Record excerpts
╔══
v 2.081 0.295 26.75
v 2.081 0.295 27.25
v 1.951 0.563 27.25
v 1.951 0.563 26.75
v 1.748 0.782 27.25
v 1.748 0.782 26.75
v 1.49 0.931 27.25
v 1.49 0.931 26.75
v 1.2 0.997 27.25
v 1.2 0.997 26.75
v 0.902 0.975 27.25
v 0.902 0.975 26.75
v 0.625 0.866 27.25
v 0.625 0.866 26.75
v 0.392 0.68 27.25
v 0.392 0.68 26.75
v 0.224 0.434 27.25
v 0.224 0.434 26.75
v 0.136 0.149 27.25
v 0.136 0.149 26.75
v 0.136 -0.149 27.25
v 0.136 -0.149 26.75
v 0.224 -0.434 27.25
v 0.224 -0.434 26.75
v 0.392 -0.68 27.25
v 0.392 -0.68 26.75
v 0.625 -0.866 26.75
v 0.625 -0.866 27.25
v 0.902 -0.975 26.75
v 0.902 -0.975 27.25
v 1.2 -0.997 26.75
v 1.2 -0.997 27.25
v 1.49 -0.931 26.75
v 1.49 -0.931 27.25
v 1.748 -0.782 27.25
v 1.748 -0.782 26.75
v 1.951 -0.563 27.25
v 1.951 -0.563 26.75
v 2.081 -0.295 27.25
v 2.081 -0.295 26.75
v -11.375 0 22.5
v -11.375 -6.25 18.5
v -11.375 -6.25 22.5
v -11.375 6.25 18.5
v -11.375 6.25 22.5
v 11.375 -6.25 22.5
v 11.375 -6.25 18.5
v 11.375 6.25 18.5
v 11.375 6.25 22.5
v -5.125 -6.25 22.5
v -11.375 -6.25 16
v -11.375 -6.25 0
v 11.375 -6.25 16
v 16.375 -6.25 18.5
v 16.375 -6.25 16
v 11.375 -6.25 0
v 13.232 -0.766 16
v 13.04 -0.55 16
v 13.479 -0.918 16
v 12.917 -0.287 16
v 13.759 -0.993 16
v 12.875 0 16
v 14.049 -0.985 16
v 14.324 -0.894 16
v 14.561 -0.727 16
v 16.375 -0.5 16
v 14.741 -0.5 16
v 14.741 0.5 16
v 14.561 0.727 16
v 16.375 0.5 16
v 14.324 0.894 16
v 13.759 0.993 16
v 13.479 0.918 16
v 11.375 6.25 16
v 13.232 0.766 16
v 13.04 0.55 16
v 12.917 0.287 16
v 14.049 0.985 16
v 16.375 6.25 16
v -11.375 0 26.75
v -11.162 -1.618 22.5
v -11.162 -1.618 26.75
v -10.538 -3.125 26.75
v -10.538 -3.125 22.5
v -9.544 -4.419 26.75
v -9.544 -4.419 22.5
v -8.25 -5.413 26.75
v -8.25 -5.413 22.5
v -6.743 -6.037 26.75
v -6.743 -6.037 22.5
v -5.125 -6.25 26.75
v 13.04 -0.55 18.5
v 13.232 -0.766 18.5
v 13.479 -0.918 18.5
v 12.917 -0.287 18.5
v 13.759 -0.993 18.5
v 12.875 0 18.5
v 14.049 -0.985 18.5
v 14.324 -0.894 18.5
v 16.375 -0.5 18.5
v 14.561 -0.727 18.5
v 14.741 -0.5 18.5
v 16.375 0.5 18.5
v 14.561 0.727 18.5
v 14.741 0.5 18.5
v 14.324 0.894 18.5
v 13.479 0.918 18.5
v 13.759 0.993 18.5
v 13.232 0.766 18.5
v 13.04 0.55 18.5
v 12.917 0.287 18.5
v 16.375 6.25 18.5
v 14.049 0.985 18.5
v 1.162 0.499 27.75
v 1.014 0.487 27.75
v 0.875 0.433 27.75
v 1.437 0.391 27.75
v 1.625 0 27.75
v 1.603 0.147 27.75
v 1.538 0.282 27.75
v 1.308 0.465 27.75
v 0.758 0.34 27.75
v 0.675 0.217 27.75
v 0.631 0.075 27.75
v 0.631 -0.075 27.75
╚══
╔══
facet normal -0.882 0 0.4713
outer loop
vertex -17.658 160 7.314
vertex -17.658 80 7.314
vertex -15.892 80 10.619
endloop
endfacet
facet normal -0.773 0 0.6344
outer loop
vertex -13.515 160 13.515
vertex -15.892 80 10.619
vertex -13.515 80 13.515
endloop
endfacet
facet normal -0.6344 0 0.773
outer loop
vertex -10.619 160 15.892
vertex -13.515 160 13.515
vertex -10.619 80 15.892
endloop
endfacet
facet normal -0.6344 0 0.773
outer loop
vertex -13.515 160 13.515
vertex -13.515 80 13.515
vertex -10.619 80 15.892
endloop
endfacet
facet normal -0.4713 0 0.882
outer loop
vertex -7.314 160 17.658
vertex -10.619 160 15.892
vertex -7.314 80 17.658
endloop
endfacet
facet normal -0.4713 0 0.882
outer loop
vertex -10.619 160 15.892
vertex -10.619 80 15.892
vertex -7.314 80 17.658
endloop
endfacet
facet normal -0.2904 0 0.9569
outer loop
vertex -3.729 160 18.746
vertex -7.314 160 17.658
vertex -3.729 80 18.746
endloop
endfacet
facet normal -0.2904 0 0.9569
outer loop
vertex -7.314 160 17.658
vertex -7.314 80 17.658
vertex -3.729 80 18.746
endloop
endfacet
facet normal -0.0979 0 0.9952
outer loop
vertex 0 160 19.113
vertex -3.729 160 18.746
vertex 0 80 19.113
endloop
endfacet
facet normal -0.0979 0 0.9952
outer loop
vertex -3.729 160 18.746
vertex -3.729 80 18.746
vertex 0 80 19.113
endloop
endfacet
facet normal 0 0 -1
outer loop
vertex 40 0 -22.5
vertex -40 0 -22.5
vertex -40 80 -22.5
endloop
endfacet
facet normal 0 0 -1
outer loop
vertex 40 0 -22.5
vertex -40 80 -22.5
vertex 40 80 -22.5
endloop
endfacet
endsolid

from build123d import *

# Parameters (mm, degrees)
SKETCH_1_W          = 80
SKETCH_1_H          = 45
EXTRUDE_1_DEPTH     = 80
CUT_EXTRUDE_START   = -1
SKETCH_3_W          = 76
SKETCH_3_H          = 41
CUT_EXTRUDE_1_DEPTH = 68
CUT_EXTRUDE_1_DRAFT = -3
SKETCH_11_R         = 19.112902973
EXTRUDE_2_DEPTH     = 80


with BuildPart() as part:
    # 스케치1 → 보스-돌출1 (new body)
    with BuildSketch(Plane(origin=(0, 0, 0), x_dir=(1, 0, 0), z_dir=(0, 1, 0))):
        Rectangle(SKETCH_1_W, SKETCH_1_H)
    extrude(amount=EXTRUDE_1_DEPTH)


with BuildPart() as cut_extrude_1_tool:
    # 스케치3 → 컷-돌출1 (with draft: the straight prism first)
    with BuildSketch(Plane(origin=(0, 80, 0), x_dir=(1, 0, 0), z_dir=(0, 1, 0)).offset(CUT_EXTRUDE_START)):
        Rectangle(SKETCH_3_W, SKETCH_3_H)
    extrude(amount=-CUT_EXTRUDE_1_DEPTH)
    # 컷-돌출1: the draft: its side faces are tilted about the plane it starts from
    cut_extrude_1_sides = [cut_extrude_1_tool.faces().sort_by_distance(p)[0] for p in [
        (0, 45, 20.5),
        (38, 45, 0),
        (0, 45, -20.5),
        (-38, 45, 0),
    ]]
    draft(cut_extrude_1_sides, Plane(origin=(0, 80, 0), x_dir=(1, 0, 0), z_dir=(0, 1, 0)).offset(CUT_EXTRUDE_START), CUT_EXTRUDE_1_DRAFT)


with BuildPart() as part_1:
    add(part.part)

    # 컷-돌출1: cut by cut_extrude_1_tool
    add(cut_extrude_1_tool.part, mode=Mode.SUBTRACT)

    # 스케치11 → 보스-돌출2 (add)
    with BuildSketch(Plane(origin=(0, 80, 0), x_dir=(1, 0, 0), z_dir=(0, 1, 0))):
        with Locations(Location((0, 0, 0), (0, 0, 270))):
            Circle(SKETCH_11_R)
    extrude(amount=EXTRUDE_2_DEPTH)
╚══
Work item
Bring together all lines of the entries above in which the string "faces" occurs.

Solution to the problem
    # 컷-돌출1: the draft: its side faces are tilted about the plane it starts from
    cut_extrude_1_sides = [cut_extrude_1_tool.faces().sort_by_distance(p)[0] for p in [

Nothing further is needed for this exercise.